__Exercise aim__:
What follows is a listing. Write it all out exactly.

═══ Records supplied

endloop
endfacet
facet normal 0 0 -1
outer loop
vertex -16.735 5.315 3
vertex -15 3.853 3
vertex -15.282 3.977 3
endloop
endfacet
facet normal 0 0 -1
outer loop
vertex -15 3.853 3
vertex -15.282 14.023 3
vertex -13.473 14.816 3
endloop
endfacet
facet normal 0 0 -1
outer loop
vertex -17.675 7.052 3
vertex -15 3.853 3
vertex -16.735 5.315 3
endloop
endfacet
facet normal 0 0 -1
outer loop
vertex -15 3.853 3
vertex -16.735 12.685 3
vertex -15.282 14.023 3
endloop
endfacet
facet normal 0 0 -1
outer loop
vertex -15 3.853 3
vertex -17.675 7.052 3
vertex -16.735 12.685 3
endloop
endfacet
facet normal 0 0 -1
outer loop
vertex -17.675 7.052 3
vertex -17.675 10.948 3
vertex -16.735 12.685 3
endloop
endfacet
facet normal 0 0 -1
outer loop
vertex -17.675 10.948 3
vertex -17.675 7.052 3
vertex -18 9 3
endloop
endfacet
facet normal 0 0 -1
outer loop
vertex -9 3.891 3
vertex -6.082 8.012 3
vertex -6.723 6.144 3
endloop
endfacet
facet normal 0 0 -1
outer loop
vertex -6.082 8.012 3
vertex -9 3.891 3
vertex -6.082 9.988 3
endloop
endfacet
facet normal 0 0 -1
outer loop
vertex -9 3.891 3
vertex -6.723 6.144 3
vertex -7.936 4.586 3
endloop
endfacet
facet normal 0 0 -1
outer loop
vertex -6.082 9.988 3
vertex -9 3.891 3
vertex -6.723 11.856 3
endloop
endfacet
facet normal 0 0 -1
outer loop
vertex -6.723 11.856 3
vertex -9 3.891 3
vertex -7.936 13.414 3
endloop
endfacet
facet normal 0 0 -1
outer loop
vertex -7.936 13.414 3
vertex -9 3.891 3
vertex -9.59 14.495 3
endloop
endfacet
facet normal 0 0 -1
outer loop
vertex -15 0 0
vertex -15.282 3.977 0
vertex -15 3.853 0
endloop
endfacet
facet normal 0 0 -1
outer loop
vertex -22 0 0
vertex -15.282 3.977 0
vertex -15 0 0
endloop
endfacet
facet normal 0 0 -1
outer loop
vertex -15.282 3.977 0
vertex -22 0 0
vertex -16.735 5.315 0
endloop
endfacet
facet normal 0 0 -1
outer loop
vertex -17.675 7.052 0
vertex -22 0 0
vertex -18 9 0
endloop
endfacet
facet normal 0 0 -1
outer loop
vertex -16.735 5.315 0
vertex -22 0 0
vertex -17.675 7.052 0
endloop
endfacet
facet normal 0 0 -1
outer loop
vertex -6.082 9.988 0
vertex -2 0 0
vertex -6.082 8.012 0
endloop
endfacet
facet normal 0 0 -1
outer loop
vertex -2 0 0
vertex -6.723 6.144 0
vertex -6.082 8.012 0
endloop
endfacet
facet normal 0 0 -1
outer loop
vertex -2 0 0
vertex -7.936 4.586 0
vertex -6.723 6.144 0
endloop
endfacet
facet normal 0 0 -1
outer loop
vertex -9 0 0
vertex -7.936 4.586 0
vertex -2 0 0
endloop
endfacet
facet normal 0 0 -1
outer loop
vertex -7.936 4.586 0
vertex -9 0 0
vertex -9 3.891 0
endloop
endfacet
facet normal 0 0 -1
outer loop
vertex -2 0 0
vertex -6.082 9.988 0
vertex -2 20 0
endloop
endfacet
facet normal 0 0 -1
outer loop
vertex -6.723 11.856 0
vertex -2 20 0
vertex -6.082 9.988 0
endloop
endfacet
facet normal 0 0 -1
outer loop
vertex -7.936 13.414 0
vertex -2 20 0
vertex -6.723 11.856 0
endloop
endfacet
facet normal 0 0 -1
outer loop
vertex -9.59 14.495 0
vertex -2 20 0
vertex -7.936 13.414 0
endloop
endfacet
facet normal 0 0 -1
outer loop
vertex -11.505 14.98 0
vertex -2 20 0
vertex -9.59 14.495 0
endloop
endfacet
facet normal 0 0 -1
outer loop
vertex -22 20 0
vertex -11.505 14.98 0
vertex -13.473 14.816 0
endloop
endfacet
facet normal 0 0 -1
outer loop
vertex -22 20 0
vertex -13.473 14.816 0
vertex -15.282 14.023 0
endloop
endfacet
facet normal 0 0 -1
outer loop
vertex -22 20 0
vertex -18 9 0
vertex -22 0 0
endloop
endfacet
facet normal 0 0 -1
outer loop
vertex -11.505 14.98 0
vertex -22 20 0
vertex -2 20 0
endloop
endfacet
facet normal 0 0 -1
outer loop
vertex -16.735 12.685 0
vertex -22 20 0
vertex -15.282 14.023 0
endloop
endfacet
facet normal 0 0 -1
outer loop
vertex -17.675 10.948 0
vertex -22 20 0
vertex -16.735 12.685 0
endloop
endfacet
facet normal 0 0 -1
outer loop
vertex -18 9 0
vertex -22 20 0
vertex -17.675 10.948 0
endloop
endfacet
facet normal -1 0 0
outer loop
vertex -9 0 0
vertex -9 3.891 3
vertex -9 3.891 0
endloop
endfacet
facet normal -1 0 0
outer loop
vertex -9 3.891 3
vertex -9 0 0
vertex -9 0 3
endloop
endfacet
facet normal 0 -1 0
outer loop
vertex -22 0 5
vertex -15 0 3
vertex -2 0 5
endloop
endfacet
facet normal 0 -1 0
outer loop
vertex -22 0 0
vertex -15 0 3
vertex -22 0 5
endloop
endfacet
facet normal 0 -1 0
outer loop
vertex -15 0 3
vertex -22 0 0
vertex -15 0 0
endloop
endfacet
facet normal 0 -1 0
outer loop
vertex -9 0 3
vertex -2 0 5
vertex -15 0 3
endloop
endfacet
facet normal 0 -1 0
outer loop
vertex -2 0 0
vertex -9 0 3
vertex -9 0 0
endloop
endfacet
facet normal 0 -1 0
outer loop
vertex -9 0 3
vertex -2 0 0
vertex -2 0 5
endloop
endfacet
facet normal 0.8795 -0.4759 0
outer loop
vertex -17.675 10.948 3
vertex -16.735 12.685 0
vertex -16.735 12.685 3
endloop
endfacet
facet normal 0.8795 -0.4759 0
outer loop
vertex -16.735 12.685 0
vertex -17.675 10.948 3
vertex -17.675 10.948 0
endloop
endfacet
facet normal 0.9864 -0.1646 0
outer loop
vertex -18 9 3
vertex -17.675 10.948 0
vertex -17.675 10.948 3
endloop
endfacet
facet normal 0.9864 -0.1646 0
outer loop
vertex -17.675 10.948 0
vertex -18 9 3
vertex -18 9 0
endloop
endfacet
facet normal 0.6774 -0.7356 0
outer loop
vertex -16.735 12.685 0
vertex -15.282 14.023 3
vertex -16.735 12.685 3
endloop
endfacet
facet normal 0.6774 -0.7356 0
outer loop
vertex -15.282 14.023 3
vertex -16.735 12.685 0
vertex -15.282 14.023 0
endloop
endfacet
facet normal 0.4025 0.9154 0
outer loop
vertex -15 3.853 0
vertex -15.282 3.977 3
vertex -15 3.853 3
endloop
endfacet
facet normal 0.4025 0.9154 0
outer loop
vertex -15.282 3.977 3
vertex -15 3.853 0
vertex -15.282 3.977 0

══════

__Output of the task__:
endloop
endfacet
facet normal 0 0 -1
outer loop
vertex -16.735 5.315 3
vertex -15 3.853 3
vertex -15.282 3.977 3
endloop
endfacet
facet normal 0 0 -1
outer loop
vertex -15 3.853 3
vertex -15.282 14.023 3
vertex -13.473 14.816 3
endloop
endfacet
facet normal 0 0 -1
outer loop
vertex -17.675 7.052 3
vertex -15 3.853 3
vertex -16.735 5.315 3
endloop
endfacet
facet normal 0 0 -1
outer loop
vertex -15 3.853 3
vertex -16.735 12.685 3
vertex -15.282 14.023 3
endloop
endfacet
facet normal 0 0 -1
outer loop
vertex -15 3.853 3
vertex -17.675 7.052 3
vertex -16.735 12.685 3
endloop
endfacet
facet normal 0 0 -1
outer loop
vertex -17.675 7.052 3
vertex -17.675 10.948 3
vertex -16.735 12.685 3
endloop
endfacet
facet normal 0 0 -1
outer loop
vertex -17.675 10.948 3
vertex -17.675 7.052 3
vertex -18 9 3
endloop
endfacet
facet normal 0 0 -1
outer loop
vertex -9 3.891 3
vertex -6.082 8.012 3
vertex -6.723 6.144 3
endloop
endfacet
facet normal 0 0 -1
outer loop
vertex -6.082 8.012 3
vertex -9 3.891 3
vertex -6.082 9.988 3
endloop
endfacet
facet normal 0 0 -1
outer loop
vertex -9 3.891 3
vertex -6.723 6.144 3
vertex -7.936 4.586 3
endloop
endfacet
facet normal 0 0 -1
outer loop
vertex -6.082 9.988 3
vertex -9 3.891 3
vertex -6.723 11.856 3
endloop
endfacet
facet normal 0 0 -1
outer loop
vertex -6.723 11.856 3
vertex -9 3.891 3
vertex -7.936 13.414 3
endloop
endfacet
facet normal 0 0 -1
outer loop
vertex -7.936 13.414 3
vertex -9 3.891 3
vertex -9.59 14.495 3
endloop
endfacet
facet normal 0 0 -1
outer loop
vertex -15 0 0
vertex -15.282 3.977 0
vertex -15 3.853 0
endloop
endfacet
facet normal 0 0 -1
outer loop
vertex -22 0 0
vertex -15.282 3.977 0
vertex -15 0 0
endloop
endfacet
facet normal 0 0 -1
outer loop
vertex -15.282 3.977 0
vertex -22 0 0
vertex -16.735 5.315 0
endloop
endfacet
facet normal 0 0 -1
outer loop
vertex -17.675 7.052 0
vertex -22 0 0
vertex -18 9 0
endloop
endfacet
facet normal 0 0 -1
outer loop
vertex -16.735 5.315 0
vertex -22 0 0
vertex -17.675 7.052 0
endloop
endfacet
facet normal 0 0 -1
outer loop
vertex -6.082 9.988 0
vertex -2 0 0
vertex -6.082 8.012 0
endloop
endfacet
facet normal 0 0 -1
outer loop
vertex -2 0 0
vertex -6.723 6.144 0
vertex -6.082 8.012 0
endloop
endfacet
facet normal 0 0 -1
outer loop
vertex -2 0 0
vertex -7.936 4.586 0
vertex -6.723 6.144 0
endloop
endfacet
facet normal 0 0 -1
outer loop
vertex -9 0 0
vertex -7.936 4.586 0
vertex -2 0 0
endloop
endfacet
facet normal 0 0 -1
outer loop
vertex -7.936 4.586 0
vertex -9 0 0
vertex -9 3.891 0
endloop
endfacet
facet normal 0 0 -1
outer loop
vertex -2 0 0
vertex -6.082 9.988 0
vertex -2 20 0
endloop
endfacet
facet normal 0 0 -1
outer loop
vertex -6.723 11.856 0
vertex -2 20 0
vertex -6.082 9.988 0
endloop
endfacet
facet normal 0 0 -1
outer loop
vertex -7.936 13.414 0
vertex -2 20 0
vertex -6.723 11.856 0
endloop
endfacet
facet normal 0 0 -1
outer loop
vertex -9.59 14.495 0
vertex -2 20 0
vertex -7.936 13.414 0
endloop
endfacet
facet normal 0 0 -1
outer loop
vertex -11.505 14.98 0
vertex -2 20 0
vertex -9.59 14.495 0
endloop
endfacet
facet normal 0 0 -1
outer loop
vertex -22 20 0
vertex -11.505 14.98 0
vertex -13.473 14.816 0
endloop
endfacet
facet normal 0 0 -1
outer loop
vertex -22 20 0
vertex -13.473 14.816 0
vertex -15.282 14.023 0
endloop
endfacet
facet normal 0 0 -1
outer loop
vertex -22 20 0
vertex -18 9 0
vertex -22 0 0
endloop
endfacet
facet normal 0 0 -1
outer loop
vertex -11.505 14.98 0
vertex -22 20 0
vertex -2 20 0
endloop
endfacet
facet normal 0 0 -1
outer loop
vertex -16.735 12.685 0
vertex -22 20 0
vertex -15.282 14.023 0
endloop
endfacet
facet normal 0 0 -1
outer loop
vertex -17.675 10.948 0
vertex -22 20 0
vertex -16.735 12.685 0
endloop
endfacet
facet normal 0 0 -1
outer loop
vertex -18 9 0
vertex -22 20 0
vertex -17.675 10.948 0
endloop
endfacet
facet normal -1 0 0
outer loop
vertex -9 0 0
vertex -9 3.891 3
vertex -9 3.891 0
endloop
endfacet
facet normal -1 0 0
outer loop
vertex -9 3.891 3
vertex -9 0 0
vertex -9 0 3
endloop
endfacet
facet normal 0 -1 0
outer loop
vertex -22 0 5
vertex -15 0 3
vertex -2 0 5
endloop
endfacet
facet normal 0 -1 0
outer loop
vertex -22 0 0
vertex -15 0 3
vertex -22 0 5
endloop
endfacet
facet normal 0 -1 0
outer loop
vertex -15 0 3
vertex -22 0 0
vertex -15 0 0
endloop
endfacet
facet normal 0 -1 0
outer loop
vertex -9 0 3
vertex -2 0 5
vertex -15 0 3
endloop
endfacet
facet normal 0 -1 0
outer loop
vertex -2 0 0
vertex -9 0 3
vertex -9 0 0
endloop
endfacet
facet normal 0 -1 0
outer loop
vertex -9 0 3
vertex -2 0 0
vertex -2 0 5
endloop
endfacet
facet normal 0.8795 -0.4759 0
outer loop
vertex -17.675 10.948 3
vertex -16.735 12.685 0
vertex -16.735 12.685 3
endloop
endfacet
facet normal 0.8795 -0.4759 0
outer loop
vertex -16.735 12.685 0
vertex -17.675 10.948 3
vertex -17.675 10.948 0
endloop
endfacet
facet normal 0.9864 -0.1646 0
outer loop
vertex -18 9 3
vertex -17.675 10.948 0
vertex -17.675 10.948 3
endloop
endfacet
facet normal 0.9864 -0.1646 0
outer loop
vertex -17.675 10.948 0
vertex -18 9 3
vertex -18 9 0
endloop
endfacet
facet normal 0.6774 -0.7356 0
outer loop
vertex -16.735 12.685 0
vertex -15.282 14.023 3
vertex -16.735 12.685 3
endloop
endfacet
facet normal 0.6774 -0.7356 0
outer loop
vertex -15.282 14.023 3
vertex -16.735 12.685 0
vertex -15.282 14.023 0
endloop
endfacet
facet normal 0.4025 0.9154 0
outer loop
vertex -15 3.853 0
vertex -15.282 3.977 3
vertex -15 3.853 3
endloop
endfacet
facet normal 0.4025 0.9154 0
outer loop
vertex -15.282 3.977 3
vertex -15 3.853 0
vertex -15.282 3.977 0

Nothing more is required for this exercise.